→ **WHAT IS EXPECTED**
How do the lines below between the ones holding "#63=CIRCLE('',#62,5.1674);" and "#69=CYLINDRICAL_SURFACE('',#68,5.1674);", inclusive, read? Give them again exactly, with no other lines.

[THE INPUT — start]

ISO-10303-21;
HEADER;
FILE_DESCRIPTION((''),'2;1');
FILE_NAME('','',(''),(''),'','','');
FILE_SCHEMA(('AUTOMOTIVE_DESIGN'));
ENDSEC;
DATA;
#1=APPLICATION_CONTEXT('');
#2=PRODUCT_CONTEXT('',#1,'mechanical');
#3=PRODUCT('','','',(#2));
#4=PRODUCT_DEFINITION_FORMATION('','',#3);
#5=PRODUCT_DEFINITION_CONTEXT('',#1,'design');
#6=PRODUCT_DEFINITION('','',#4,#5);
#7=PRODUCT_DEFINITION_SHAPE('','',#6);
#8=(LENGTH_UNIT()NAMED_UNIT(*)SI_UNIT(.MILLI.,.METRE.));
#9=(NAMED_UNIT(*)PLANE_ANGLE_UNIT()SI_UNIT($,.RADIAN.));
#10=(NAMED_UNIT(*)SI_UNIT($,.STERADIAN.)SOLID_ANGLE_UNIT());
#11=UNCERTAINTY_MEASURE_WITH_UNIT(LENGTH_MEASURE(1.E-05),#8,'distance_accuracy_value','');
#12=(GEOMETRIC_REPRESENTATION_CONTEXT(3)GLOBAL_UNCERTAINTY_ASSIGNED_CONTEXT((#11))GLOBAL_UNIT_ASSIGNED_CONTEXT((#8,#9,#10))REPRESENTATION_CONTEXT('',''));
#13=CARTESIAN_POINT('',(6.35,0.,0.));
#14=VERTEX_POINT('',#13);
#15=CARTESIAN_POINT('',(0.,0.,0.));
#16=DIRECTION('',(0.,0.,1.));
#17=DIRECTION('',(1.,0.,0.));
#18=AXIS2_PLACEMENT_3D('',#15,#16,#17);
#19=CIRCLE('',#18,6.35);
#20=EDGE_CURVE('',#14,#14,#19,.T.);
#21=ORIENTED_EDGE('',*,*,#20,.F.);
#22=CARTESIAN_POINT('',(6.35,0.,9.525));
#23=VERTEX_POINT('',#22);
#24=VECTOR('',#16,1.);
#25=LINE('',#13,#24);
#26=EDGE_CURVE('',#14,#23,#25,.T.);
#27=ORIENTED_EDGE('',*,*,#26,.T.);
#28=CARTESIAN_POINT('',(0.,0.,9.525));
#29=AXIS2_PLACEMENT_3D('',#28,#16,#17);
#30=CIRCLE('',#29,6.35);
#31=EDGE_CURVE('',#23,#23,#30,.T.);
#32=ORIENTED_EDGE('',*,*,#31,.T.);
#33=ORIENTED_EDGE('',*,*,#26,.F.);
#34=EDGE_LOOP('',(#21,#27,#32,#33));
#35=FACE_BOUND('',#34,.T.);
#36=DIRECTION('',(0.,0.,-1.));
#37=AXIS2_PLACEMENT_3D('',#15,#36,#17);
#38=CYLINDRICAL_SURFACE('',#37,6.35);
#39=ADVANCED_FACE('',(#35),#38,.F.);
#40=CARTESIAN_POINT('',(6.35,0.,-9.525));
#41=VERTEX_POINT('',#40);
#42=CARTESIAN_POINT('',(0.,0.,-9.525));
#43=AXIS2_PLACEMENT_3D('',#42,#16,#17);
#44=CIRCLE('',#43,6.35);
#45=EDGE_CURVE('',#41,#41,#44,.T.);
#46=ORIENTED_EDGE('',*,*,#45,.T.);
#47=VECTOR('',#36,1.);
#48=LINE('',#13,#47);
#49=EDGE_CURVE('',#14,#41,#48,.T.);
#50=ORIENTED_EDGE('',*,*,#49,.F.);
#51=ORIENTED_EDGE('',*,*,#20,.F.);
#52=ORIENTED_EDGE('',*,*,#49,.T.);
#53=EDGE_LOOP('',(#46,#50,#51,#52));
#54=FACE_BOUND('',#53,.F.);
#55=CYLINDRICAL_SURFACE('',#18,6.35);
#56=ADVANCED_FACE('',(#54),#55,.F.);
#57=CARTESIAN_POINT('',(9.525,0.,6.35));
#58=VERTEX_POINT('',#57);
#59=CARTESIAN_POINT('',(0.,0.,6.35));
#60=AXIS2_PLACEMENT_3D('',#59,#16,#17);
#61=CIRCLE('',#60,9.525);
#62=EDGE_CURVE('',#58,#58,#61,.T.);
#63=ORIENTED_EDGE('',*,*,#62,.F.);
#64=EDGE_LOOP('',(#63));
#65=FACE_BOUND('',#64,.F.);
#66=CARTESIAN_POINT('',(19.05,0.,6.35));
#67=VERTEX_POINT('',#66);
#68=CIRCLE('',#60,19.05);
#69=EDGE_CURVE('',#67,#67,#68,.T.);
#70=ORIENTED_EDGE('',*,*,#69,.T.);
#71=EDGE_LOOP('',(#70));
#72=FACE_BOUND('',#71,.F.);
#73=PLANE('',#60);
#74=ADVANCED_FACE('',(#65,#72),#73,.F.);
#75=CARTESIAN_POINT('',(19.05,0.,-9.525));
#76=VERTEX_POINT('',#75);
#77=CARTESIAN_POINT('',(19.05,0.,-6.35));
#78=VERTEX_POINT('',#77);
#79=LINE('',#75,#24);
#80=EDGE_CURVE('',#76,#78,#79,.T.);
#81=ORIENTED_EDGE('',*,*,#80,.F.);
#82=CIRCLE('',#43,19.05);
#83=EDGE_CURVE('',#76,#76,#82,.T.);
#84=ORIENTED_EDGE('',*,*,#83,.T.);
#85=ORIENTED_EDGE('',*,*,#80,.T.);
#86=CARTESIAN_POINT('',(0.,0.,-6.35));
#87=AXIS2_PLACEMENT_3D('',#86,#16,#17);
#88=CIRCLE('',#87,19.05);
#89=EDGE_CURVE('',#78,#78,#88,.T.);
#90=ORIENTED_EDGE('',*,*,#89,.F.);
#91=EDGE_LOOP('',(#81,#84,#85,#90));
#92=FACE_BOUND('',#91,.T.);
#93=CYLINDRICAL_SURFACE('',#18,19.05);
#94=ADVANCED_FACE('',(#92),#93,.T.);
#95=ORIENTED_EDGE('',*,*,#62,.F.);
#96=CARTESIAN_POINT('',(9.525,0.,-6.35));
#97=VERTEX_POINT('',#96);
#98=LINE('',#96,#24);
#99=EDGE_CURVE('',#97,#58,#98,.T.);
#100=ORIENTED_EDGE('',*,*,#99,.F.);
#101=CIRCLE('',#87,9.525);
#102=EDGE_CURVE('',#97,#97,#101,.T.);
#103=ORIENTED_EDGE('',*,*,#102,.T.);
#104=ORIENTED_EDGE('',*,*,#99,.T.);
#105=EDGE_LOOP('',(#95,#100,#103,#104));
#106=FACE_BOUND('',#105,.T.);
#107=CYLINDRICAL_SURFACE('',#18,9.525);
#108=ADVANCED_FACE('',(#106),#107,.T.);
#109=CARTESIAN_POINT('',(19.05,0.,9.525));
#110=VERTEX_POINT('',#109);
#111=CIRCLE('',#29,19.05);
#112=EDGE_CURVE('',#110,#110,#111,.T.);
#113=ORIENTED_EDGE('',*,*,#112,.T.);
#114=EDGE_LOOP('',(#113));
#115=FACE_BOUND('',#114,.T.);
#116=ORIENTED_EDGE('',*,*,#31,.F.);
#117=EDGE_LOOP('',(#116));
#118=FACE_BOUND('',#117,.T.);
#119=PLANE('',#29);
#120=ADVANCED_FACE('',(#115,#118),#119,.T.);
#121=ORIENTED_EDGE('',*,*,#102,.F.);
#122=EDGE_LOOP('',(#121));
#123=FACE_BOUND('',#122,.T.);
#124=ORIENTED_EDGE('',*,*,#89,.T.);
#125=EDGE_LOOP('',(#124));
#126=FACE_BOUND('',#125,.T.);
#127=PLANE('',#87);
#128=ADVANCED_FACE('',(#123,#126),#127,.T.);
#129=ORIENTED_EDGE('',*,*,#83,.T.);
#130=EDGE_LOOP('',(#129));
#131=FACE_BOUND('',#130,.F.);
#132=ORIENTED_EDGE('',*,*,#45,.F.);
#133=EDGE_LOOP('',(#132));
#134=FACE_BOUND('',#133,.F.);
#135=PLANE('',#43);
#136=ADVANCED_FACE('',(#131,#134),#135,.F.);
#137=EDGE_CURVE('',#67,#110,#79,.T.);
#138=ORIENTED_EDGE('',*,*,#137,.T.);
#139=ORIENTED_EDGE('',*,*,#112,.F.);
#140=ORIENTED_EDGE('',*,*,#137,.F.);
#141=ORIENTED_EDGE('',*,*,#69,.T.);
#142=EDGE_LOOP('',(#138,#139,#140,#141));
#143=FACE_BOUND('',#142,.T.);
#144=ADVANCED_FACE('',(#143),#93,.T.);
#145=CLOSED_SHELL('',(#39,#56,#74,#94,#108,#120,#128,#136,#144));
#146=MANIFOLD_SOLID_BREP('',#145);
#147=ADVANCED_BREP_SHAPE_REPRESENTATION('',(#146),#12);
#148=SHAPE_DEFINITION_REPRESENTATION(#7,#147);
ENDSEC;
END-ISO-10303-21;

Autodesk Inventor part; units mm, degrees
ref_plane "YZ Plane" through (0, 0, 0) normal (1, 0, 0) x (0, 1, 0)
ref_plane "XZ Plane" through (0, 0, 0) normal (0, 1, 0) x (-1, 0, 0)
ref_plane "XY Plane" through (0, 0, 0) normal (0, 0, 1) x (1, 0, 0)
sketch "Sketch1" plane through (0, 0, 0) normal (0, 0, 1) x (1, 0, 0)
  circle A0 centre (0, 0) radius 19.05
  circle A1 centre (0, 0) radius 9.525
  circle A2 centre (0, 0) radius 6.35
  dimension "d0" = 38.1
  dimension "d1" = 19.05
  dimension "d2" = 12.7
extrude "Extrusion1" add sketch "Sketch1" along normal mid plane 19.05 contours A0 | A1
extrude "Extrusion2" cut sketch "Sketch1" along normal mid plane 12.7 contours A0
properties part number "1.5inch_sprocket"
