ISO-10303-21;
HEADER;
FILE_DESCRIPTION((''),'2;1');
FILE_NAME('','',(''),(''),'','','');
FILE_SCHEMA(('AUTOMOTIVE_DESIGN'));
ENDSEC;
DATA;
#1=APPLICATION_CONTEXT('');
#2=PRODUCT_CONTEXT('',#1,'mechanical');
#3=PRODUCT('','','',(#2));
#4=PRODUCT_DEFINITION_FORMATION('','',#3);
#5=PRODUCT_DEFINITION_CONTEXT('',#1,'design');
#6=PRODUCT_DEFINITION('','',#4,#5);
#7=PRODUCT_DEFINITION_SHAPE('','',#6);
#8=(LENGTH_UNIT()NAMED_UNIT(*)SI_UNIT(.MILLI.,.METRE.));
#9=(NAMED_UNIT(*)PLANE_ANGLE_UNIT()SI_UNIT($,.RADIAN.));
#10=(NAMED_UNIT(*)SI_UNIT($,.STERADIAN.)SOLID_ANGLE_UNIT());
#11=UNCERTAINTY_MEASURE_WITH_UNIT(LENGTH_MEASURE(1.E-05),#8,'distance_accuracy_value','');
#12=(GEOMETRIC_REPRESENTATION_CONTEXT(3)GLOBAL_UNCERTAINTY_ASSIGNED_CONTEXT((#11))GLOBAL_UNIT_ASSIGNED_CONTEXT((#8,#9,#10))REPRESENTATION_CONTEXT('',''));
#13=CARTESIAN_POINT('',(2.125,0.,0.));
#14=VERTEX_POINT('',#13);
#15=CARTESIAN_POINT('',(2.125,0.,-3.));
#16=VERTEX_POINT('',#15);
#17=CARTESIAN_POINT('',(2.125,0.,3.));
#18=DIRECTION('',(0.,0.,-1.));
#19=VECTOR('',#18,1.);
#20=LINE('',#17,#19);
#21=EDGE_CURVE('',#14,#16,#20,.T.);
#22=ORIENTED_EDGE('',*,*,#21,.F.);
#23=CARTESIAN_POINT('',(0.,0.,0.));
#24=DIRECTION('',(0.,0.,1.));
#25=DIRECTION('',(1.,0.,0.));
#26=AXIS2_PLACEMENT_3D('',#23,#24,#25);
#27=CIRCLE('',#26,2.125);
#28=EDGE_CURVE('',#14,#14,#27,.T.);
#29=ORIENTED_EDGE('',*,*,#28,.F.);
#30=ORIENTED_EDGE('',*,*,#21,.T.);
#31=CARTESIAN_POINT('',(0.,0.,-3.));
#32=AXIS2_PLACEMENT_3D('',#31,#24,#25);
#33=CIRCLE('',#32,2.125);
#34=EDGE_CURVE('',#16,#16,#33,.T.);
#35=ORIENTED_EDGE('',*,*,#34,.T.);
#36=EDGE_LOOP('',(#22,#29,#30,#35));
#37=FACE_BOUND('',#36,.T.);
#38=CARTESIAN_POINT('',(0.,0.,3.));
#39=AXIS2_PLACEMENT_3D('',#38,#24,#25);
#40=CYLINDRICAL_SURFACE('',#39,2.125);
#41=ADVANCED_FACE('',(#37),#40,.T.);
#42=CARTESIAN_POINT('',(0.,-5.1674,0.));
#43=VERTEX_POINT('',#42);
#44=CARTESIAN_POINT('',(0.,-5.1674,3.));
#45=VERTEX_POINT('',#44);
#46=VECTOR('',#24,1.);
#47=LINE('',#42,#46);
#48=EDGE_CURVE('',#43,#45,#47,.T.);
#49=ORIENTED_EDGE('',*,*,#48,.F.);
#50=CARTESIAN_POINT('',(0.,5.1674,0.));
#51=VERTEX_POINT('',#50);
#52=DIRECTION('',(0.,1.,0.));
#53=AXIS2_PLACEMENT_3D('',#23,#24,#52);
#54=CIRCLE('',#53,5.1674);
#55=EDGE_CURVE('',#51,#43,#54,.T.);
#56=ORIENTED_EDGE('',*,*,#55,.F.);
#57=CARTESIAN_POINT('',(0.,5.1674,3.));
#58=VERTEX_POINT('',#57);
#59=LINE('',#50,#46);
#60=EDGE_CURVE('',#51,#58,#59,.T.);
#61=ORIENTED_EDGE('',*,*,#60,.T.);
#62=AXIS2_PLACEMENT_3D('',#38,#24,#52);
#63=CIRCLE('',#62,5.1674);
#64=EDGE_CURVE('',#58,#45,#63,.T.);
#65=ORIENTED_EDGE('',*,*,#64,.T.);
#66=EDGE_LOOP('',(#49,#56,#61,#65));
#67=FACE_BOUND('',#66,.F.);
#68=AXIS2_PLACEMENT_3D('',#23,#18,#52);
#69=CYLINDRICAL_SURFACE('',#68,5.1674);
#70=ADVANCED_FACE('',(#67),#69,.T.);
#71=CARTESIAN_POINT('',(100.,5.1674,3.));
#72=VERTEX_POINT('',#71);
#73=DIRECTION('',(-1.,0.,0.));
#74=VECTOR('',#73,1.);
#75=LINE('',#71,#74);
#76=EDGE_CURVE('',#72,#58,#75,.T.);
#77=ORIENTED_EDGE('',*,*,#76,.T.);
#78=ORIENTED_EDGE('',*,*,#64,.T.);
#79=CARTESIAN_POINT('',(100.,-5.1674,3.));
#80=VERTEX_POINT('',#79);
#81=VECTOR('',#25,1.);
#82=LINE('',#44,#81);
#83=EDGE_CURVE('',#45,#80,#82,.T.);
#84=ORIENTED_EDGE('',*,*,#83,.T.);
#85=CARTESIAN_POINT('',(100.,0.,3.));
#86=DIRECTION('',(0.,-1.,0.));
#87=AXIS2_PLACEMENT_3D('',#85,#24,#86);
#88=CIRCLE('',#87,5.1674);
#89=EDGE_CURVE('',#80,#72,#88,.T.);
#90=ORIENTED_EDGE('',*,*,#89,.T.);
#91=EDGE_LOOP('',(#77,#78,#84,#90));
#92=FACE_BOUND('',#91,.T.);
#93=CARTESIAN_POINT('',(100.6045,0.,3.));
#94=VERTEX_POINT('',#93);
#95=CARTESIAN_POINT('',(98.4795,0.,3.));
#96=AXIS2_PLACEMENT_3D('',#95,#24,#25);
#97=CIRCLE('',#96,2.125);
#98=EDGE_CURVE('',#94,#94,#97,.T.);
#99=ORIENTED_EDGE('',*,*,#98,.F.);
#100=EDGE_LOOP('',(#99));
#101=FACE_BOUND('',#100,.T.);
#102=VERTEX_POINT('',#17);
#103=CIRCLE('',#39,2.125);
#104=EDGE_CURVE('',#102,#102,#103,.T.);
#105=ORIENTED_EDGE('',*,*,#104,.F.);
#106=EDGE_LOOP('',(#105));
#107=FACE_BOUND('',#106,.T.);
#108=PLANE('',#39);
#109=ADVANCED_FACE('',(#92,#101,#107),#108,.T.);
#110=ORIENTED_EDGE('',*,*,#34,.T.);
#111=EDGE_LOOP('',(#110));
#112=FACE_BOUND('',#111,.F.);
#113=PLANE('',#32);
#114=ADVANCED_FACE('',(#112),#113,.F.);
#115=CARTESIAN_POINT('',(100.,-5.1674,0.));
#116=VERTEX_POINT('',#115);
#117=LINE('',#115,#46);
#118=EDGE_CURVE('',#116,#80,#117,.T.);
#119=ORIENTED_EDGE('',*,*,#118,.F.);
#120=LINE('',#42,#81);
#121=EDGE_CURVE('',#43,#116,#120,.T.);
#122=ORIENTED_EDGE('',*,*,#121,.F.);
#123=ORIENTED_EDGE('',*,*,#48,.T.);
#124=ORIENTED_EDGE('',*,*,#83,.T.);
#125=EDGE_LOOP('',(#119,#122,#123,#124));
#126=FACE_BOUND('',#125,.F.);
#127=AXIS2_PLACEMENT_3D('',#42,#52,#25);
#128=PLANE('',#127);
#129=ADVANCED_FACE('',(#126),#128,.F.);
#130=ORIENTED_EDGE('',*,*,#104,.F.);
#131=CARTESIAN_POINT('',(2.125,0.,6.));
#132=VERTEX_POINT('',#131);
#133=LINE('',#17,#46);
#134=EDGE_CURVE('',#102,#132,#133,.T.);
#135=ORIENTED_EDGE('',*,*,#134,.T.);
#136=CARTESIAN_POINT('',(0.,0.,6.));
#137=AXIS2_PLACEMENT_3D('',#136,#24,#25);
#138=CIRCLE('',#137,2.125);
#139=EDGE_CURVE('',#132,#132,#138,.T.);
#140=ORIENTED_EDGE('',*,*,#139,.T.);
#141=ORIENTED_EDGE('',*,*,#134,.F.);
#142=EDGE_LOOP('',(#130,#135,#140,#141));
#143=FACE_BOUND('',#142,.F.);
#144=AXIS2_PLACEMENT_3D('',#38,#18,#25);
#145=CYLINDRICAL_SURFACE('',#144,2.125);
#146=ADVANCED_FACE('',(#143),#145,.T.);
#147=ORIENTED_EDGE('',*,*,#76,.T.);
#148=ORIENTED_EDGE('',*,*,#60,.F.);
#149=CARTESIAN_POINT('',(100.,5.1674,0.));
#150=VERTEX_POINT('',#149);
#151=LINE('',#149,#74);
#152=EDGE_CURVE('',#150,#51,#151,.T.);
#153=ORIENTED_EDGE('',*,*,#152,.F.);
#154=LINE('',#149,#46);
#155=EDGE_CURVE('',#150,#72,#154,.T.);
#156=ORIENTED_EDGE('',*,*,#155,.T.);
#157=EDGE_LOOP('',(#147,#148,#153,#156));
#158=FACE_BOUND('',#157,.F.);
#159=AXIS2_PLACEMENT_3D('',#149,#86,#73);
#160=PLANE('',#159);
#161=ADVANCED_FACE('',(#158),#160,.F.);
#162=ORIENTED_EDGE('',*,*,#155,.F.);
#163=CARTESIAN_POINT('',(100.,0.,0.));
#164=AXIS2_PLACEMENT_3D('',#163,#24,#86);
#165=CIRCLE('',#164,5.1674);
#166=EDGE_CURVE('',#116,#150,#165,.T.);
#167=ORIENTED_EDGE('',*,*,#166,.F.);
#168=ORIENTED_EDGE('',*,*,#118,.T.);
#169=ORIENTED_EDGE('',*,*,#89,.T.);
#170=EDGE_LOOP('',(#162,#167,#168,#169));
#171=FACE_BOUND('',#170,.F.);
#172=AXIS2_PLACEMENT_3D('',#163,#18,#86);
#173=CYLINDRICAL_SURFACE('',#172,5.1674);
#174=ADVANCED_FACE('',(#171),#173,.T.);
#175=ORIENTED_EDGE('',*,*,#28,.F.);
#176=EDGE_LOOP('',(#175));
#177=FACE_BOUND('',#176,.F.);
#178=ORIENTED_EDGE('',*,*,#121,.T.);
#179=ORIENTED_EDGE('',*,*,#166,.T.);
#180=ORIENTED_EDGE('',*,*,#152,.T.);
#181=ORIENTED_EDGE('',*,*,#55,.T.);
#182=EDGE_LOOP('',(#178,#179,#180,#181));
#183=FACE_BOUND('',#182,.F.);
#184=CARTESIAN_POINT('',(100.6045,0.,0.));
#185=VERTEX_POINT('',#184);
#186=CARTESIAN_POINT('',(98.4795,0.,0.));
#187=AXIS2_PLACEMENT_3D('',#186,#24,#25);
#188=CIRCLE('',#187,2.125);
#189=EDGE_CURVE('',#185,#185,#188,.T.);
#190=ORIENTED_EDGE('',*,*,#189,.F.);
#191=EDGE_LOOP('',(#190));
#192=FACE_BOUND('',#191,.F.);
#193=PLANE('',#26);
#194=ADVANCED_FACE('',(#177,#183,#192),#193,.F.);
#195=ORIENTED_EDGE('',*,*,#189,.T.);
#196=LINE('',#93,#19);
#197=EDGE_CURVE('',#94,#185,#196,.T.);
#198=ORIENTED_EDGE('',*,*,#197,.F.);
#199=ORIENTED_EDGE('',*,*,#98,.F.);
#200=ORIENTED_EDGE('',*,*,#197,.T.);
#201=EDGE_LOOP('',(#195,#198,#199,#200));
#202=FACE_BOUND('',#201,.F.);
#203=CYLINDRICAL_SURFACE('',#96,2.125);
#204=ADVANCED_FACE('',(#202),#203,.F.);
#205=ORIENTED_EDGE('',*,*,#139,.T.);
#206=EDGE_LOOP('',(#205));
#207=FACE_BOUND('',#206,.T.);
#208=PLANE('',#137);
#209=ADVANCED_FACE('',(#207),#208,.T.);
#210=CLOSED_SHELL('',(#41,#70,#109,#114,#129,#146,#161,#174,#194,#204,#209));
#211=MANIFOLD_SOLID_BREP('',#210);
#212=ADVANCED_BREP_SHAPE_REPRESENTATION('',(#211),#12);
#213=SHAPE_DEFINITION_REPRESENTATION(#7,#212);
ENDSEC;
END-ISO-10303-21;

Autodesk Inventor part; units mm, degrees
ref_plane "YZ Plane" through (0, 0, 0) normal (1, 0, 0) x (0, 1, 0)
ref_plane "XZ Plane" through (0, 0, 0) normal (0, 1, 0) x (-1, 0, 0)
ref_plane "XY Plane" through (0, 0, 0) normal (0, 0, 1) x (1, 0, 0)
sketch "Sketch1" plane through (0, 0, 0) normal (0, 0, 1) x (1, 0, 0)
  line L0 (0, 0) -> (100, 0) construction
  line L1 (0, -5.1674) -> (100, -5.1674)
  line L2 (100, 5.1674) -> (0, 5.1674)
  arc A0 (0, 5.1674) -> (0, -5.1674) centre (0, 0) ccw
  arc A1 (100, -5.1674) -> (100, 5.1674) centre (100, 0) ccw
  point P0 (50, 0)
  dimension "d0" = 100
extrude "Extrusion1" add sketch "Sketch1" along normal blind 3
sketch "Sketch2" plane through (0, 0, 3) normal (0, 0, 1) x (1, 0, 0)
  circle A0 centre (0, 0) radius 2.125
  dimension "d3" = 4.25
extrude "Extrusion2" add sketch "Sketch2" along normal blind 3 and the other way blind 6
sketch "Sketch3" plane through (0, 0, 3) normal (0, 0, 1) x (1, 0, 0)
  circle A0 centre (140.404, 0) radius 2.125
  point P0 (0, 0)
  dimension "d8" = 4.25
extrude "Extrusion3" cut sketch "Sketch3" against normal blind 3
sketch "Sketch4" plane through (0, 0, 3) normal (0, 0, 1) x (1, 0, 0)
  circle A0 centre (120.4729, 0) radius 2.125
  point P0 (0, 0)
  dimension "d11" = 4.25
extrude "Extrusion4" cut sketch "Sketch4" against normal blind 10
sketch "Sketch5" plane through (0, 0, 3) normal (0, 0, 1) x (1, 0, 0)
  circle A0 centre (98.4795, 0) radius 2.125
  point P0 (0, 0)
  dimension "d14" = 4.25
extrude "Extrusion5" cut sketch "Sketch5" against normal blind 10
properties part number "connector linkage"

[THE INPUT — finish]

→ **WRITTEN RESPONSE**
#63=CIRCLE('',#62,5.1674);
#64=EDGE_CURVE('',#58,#45,#63,.T.);
#65=ORIENTED_EDGE('',*,*,#64,.T.);
#66=EDGE_LOOP('',(#49,#56,#61,#65));
#67=FACE_BOUND('',#66,.F.);
#68=AXIS2_PLACEMENT_3D('',#23,#18,#52);
#69=CYLINDRICAL_SURFACE('',#68,5.1674);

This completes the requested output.